A 2008 presidential race between Secretary of State Condoleezza Rice and Sen. Hillary Rodham Clinton, New York Democrat, would present pro-life conservatives with a tough decision because of Miss Rice’s “mildly pro-choice” position on abortion.

That phrase was how Miss Rice described her views last week in an interview with editors and reporters of The Washington Times in which she said she had no intention of ever seeking the presidency but refused to flatly rule out the possibility.

But conservative leader Paul Weyrich said he could not see Miss Rice getting the party nomination because “Republicans who vote in the primary and vote in the convention do not buy that ‘mildly pro-choice’ position. I think she would have a very, very tough time.”

Even so, when Washington Times reporter Donald Lambro asked Mr. Weyrich how he would vote in the event that the two women won their party nominations, Mr. Weyrich said he would vote for Miss Rice.

“I would swallow hard and support her because I consider Hillary a dangerous person who would take the country so far down the wrong track that we wouldn’t recognize it during her presidency,” he said.

Tilting the numbers

“At Wednesday morning’s presidential news conference, NBC’s David Gregory told President Bush that the idea of personal accounts for Social Security ‘remains, according to every measure we have, poll after poll, unpopular with the majority of Americans.’

“In fact, a Washington Post/ABC News survey released on Tuesday found that 56 percent support ‘a plan in which people who chose to could invest some of their Social Security contributions in the stock market,’ ” the Media Research Center’s Brent Baker writes at www.mediaresearch.org.

“But Gregory’s misperception is somewhat understandable given that The Washington Post headlined its Tuesday front-page story on the poll: ‘Skepticism of Bush’s Social Security Plan Is Growing.’ ”

Ailing bank

“Our World Bank sources tell us that when news was received [Wednesday] of Deputy Defense Secretary Paul Wolfowitz’s nomination to succeed outgoing bank President James Wolfensohn, a collective shudder could be felt throughout its Washington headquarters,” the Wall Street Journal says.

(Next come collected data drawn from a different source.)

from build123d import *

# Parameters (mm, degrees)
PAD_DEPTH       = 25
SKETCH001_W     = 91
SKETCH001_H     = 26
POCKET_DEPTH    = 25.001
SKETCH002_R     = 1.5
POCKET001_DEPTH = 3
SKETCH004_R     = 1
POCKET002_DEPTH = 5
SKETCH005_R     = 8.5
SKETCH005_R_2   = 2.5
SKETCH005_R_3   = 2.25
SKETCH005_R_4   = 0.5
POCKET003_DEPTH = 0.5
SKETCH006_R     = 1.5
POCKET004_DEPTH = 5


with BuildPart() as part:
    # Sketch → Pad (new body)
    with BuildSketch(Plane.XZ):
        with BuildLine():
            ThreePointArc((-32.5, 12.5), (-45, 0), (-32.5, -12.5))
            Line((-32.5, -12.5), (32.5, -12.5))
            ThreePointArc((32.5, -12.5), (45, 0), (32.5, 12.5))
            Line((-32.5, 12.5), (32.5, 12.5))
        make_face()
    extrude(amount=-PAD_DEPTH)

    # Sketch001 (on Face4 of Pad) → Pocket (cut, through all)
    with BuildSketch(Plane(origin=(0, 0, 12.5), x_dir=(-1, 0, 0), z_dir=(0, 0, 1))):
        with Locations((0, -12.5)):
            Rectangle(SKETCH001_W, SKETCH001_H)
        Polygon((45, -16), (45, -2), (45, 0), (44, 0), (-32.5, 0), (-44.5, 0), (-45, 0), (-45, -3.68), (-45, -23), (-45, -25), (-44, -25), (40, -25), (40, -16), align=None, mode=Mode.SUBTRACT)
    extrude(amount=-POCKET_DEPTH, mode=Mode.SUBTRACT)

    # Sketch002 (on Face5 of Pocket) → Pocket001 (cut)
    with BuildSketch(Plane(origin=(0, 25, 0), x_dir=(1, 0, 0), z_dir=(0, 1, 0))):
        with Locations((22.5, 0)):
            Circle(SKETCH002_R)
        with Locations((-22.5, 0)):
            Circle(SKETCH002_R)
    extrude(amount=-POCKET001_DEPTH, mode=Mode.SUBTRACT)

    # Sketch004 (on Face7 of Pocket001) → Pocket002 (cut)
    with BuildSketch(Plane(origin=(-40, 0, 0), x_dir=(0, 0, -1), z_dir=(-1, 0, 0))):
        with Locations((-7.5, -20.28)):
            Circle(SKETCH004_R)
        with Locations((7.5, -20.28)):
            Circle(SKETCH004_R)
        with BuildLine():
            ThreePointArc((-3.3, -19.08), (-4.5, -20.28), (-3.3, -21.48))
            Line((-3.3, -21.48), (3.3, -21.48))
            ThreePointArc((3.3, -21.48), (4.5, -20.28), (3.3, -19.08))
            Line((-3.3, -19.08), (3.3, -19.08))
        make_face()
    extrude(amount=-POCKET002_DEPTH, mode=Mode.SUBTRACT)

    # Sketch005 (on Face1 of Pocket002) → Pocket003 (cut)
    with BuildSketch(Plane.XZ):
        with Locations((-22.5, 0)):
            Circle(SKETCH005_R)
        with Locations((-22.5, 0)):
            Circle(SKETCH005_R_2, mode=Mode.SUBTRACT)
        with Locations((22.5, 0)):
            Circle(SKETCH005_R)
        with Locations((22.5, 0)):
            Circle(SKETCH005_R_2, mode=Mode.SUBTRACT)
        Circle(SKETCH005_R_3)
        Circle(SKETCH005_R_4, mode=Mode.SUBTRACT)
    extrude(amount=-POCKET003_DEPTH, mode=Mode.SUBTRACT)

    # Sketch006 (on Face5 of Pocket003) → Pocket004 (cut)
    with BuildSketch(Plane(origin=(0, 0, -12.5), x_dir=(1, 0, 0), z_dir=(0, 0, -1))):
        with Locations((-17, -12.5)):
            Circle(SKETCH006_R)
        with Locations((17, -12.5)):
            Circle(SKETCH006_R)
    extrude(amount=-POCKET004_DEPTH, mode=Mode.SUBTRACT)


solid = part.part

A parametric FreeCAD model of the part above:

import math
import FreeCAD as App
import Part
import Sketcher
Q = App.Units.Quantity


def add_polygon(sketch, points):
    """Adds a closed chain of lines whose ends are joined by coincident constraints."""
    first, n = sketch.GeometryCount, len(points)
    for a, b in zip(points, points[1:] + points[:1]):
        sketch.addGeometry(Part.LineSegment(App.Vector(*a, 0), App.Vector(*b, 0)), False)
    for i in range(n):
        sketch.addConstraint(Sketcher.Constraint("Coincident", first + i, 2, first + (i + 1) % n, 1))

doc = App.newDocument("Part")
body = doc.addObject("PartDesign::Body", "Body")

# Sketch on XZ plane
sketch1 = body.newObject("Sketcher::SketchObject", "Sketch")
sketch1.AttachmentSupport = (doc.getObject("XZ_Plane"), [""])
sketch1.MapMode = "FlatFace"
sketch1.addGeometry([
    Part.ArcOfCircle(Part.Circle(App.Vector(-32, 0, 0), App.Vector(0, 0, 1), 12), math.radians(90), math.radians(270)),
    Part.LineSegment(App.Vector(-32, -12, 0), App.Vector(32, -12, 0)),
    Part.ArcOfCircle(Part.Circle(App.Vector(32, 0, 0), App.Vector(0, 0, 1), 12), math.radians(-90), math.radians(90)),
    Part.LineSegment(App.Vector(32, 12, 0), App.Vector(-32, 12, 0)),
], False)
sketch1.addConstraint([
    Sketcher.Constraint("Tangent", 0, 2, 1, 1),
    Sketcher.Constraint("Tangent", 1, 2, 2, 1),
    Sketcher.Constraint("Tangent", 2, 2, 3, 1),
    Sketcher.Constraint("Tangent", 3, 2, 0, 1),
    Sketcher.Constraint("Horizontal", 1),
    Sketcher.Constraint("Horizontal", 3),
    Sketcher.Constraint("Symmetric", 0, 3, 2, 3, -1, 1),
    Sketcher.Constraint("Radius", 0, Q("12.5 mm")),
    Sketcher.Constraint("DistanceX", 1, 1, 1, 2, Q("65 mm")),
])
pad1 = body.newObject("PartDesign::Pad", "Pad")
pad1.Profile = sketch1
pad1.Length = 25
pad1.Reversed = True

# Sketch on XY plane
sketch2 = body.newObject("Sketcher::SketchObject", "Sketch001")
sketch2.AttachmentSupport = (doc.getObject("XY_Plane"), [""])
sketch2.MapMode = "FlatFace"
sketch2.AttachmentOffset = App.Placement(App.Vector(0, 0, 12.5), App.Rotation())
add_polygon(sketch2, [(46, 0), (46, 26), (-46, 26), (-46, 0)])  # lines 0-3
add_polygon(sketch2, [(-45, 0), (-45, 16), (-40, 16), (-40, 25), (45, 25), (45, 0)])  # lines 4-9
sketch2.addConstraint([
    Sketcher.Constraint("Vertical", 0),
    Sketcher.Constraint("Horizontal", 1),
    Sketcher.Constraint("Vertical", 2),
    Sketcher.Constraint("Horizontal", 3),
    Sketcher.Constraint("Vertical", 4),
    Sketcher.Constraint("Horizontal", 5),
    Sketcher.Constraint("Vertical", 6),
    Sketcher.Constraint("Horizontal", 7),
    Sketcher.Constraint("Vertical", 8),
    Sketcher.Constraint("Horizontal", 9),
    Sketcher.Constraint("Symmetric", 8, 2, 9, 2, -1, 1),
    Sketcher.Constraint("DistanceX", 1, 2, 1, 1, Q("91 mm")),
    Sketcher.Constraint("DistanceX", 5, 1, 5, 2, Q("5 mm")),
    Sketcher.Constraint("DistanceX", 7, 1, 7, 2, Q("85 mm")),
    Sketcher.Constraint("DistanceY", 0, 1, 0, 2, Q("26 mm")),
    Sketcher.Constraint("DistanceY", 4, 1, 4, 2, Q("16 mm")),
    Sketcher.Constraint("DistanceY", 6, 1, 6, 2, Q("9 mm")),
    Sketcher.Constraint("DistanceX", -1, 1, 0, 2, Q("45.5 mm")),
    Sketcher.Constraint("DistanceY", -1, 1, 0, 2, Q("25.5 mm")),
])
pocket1 = body.newObject("PartDesign::Pocket", "Pocket")
pocket1.Profile = sketch2
pocket1.Type = "ThroughAll"

# Sketch on XZ plane
sketch3 = body.newObject("Sketcher::SketchObject", "Sketch002")
sketch3.AttachmentSupport = (doc.getObject("XZ_Plane"), [""])
sketch3.MapMode = "FlatFace"
sketch3.AttachmentOffset = App.Placement(App.Vector(0, 0, -25), App.Rotation())
sketch3.addGeometry([
    Part.Circle(App.Vector(22.5, 0, 0), App.Vector(0, 0, 1), 1.5),
    Part.Circle(App.Vector(-22.5, 0, 0), App.Vector(0, 0, 1), 1.5),
], False)
sketch3.addConstraint([
    Sketcher.Constraint("Equal", 0, 1),
    Sketcher.Constraint("Symmetric", 0, 3, 1, 3, -1, 1),
    Sketcher.Constraint("PointOnObject", 0, 3, -1),
    Sketcher.Constraint("Diameter", 0, Q("3 mm")),
    Sketcher.Constraint("DistanceX", 1, 3, 0, 3, Q("45 mm")),
])
pocket2 = body.newObject("PartDesign::Pocket", "Pocket001")
pocket2.Profile = sketch3
pocket2.Length = 3
pocket2.Reversed = True

# Sketch on YZ plane
sketch4 = body.newObject("Sketcher::SketchObject", "Sketch003")
sketch4.AttachmentSupport = (doc.getObject("YZ_Plane"), [""])
sketch4.MapMode = "FlatFace"
sketch4.AttachmentOffset = App.Placement(App.Vector(0, 0, -40), App.Rotation())
sketch4.addGeometry([
    Part.Circle(App.Vector(20.3, 7.5, 0), App.Vector(0, 0, 1), 1),  # 0
    Part.Circle(App.Vector(20.3, -7.5, 0), App.Vector(0, 0, 1), 1),  # 1
    Part.ArcOfCircle(Part.Circle(App.Vector(20.3, 3.3, 0), App.Vector(0, 0, 1), 1.2), math.radians(0), math.radians(180)),  # 2
    Part.LineSegment(App.Vector(21.5, 3.3, 0), App.Vector(21.5, -3.3, 0)),  # 3
    Part.ArcOfCircle(Part.Circle(App.Vector(20.3, -3.3, 0), App.Vector(0, 0, 1), 1.2), math.radians(180), math.radians(360)),  # 4
    Part.LineSegment(App.Vector(19.1, -3.3, 0), App.Vector(19.1, 3.3, 0)),  # 5
], False)
sketch4.addConstraint([
    Sketcher.Constraint("Tangent", 2, 1, 3, 1),
    Sketcher.Constraint("Tangent", 3, 2, 4, 2),
    Sketcher.Constraint("Tangent", 4, 1, 5, 1),
    Sketcher.Constraint("Tangent", 5, 2, 2, 2),
    Sketcher.Constraint("Vertical", 3),
    Sketcher.Constraint("Vertical", 5),
    Sketcher.Constraint("Equal", 0, 1),
    Sketcher.Constraint("Symmetric", 0, 3, 1, 3, -1),
    Sketcher.Constraint("Vertical", 1, 3, 2, 3),
    Sketcher.Constraint("Diameter", 0, Q("2 mm")),
    Sketcher.Constraint("Radius", 2, Q("1.2 mm")),
    Sketcher.Constraint("DistanceY", 3, 2, 3, 1, Q("6.6 mm")),
    Sketcher.Constraint("DistanceY", 1, 3, 0, 3, Q("15 mm")),
    Sketcher.Constraint("DistanceY", -1, 1, 2, 3, Q("3.3 mm")),
    Sketcher.Constraint("DistanceX", -1, 1, 0, 3, Q("20.28 mm")),
])
pocket3 = body.newObject("PartDesign::Pocket", "Pocket002")
pocket3.Profile = sketch4
pocket3.Length = 5
pocket3.Reversed = True

# Sketch on XZ plane
sketch5 = body.newObject("Sketcher::SketchObject", "Sketch004")
sketch5.AttachmentSupport = (doc.getObject("XZ_Plane"), [""])
sketch5.MapMode = "FlatFace"
sketch5.addGeometry([
    Part.Circle(App.Vector(-22.5, 0, 0), App.Vector(0, 0, 1), 8.5),  # 0
    Part.Circle(App.Vector(-22.5, 0, 0), App.Vector(0, 0, 1), 2.5),  # 1
    Part.Circle(App.Vector(22.5, 0, 0), App.Vector(0, 0, 1), 8.5),  # 2
    Part.Circle(App.Vector(22.5, 0, 0), App.Vector(0, 0, 1), 2.5),  # 3
    Part.Circle(App.Vector(0, 0, 0), App.Vector(0, 0, 1), 2.2),  # 4
    Part.Circle(App.Vector(0, 0, 0), App.Vector(0, 0, 1), 0.5),  # 5
], False)
sketch5.addConstraint([
    Sketcher.Constraint("Coincident", 4, 3, -1, 1),
    Sketcher.Constraint("Coincident", 5, 3, -1, 1),
    Sketcher.Constraint("Coincident", 1, 3, 0, 3),
    Sketcher.Constraint("Coincident", 3, 3, 2, 3),
    Sketcher.Constraint("Equal", 0, 2),
    Sketcher.Constraint("Equal", 1, 3),
    Sketcher.Constraint("Symmetric", 0, 3, 2, 3, -1, 1),
    Sketcher.Constraint("PointOnObject", 0, 3, -1),
    Sketcher.Constraint("Diameter", 0, Q("17 mm")),
    Sketcher.Constraint("Diameter", 1, Q("5 mm")),
    Sketcher.Constraint("Diameter", 5, Q("1 mm")),
    Sketcher.Constraint("Diameter", 4, Q("4.5 mm")),
    Sketcher.Constraint("DistanceX", 0, 3, 2, 3, Q("45 mm")),
])
pocket4 = body.newObject("PartDesign::Pocket", "Pocket003")
pocket4.Profile = sketch5
pocket4.Length = 0.5

# Sketch on XY plane
sketch6 = body.newObject("Sketcher::SketchObject", "Sketch005")
sketch6.AttachmentSupport = (doc.getObject("XY_Plane"), [""])
sketch6.MapMode = "FlatFace"
sketch6.AttachmentOffset = App.Placement(App.Vector(0, 0, -12.5), App.Rotation())
sketch6.addGeometry([
    Part.Circle(App.Vector(-17, 12.5, 0), App.Vector(0, 0, 1), 1.5),
    Part.Circle(App.Vector(17, 12.5, 0), App.Vector(0, 0, 1), 1.5),
], False)
sketch6.addConstraint([
    Sketcher.Constraint("Equal", 0, 1),
    Sketcher.Constraint("Symmetric", 0, 3, 1, 3, -2),
    Sketcher.Constraint("Diameter", 0, Q("3 mm")),
    Sketcher.Constraint("DistanceX", 0, 3, -1, 1, Q("17 mm")),
    Sketcher.Constraint("DistanceY", -1, 1, 0, 3, Q("12.5 mm")),
])
pocket5 = body.newObject("PartDesign::Pocket", "Pocket004")
pocket5.Profile = sketch6
pocket5.Length = 5
pocket5.Reversed = True

doc.recompute()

“It’s an affront to multilateralism. It will make the bank look like an arm of American imperialism. It will spark a revival of the antiglobalization movement the bank has tried so hard to ‘dialogue’ with and co-opt.

“Whatever. The World Bank is a dysfunctional bureaucracy that requires deep reform if it is to recover the trust of American taxpayers and survive as a relevant institution in the 21st century. That President Bush named as talented and senior a public servant as Mr. Wolfowitz is a sign he still takes the World Bank seriously — something we sometimes find hard to do — and that he means to reshape its cash-input-driven culture, which so far has produced negligible outputs for its ostensible clients, who are the world’s poor.

“To gain a sense of what ails the bank, it’s useful to read the bipartisan 2000 Meltzer report on international financial institutions, which counts liberal development guru Jeffrey Sachs among its authors. The report is a bit dusty, but since the Bank fiercely resisted its conclusions, the analysis remains valid. Inter alia, the report found that 70 percent of the World Bank’s ‘non-aid’ funds go to 11 countries that already have easy access to capital markets, such as China, Mexico, Brazil and Thailand.”

Newt and the pope

Former House Speaker Newt Gingrich will look at the life of Pope John Paul II and his relationship with the United States and its leaders in a one-hour special at 9 p.m. Sunday on the Fox News Channel.

Mr. Gingrich will examine John Paul’s travels, his missions and his special appeal to the faithful of all ages, the network said.

A rare interview with the pope’s handpicked musical conductor — who will provide viewers with a rare look at John Paul’s personal side — will be featured.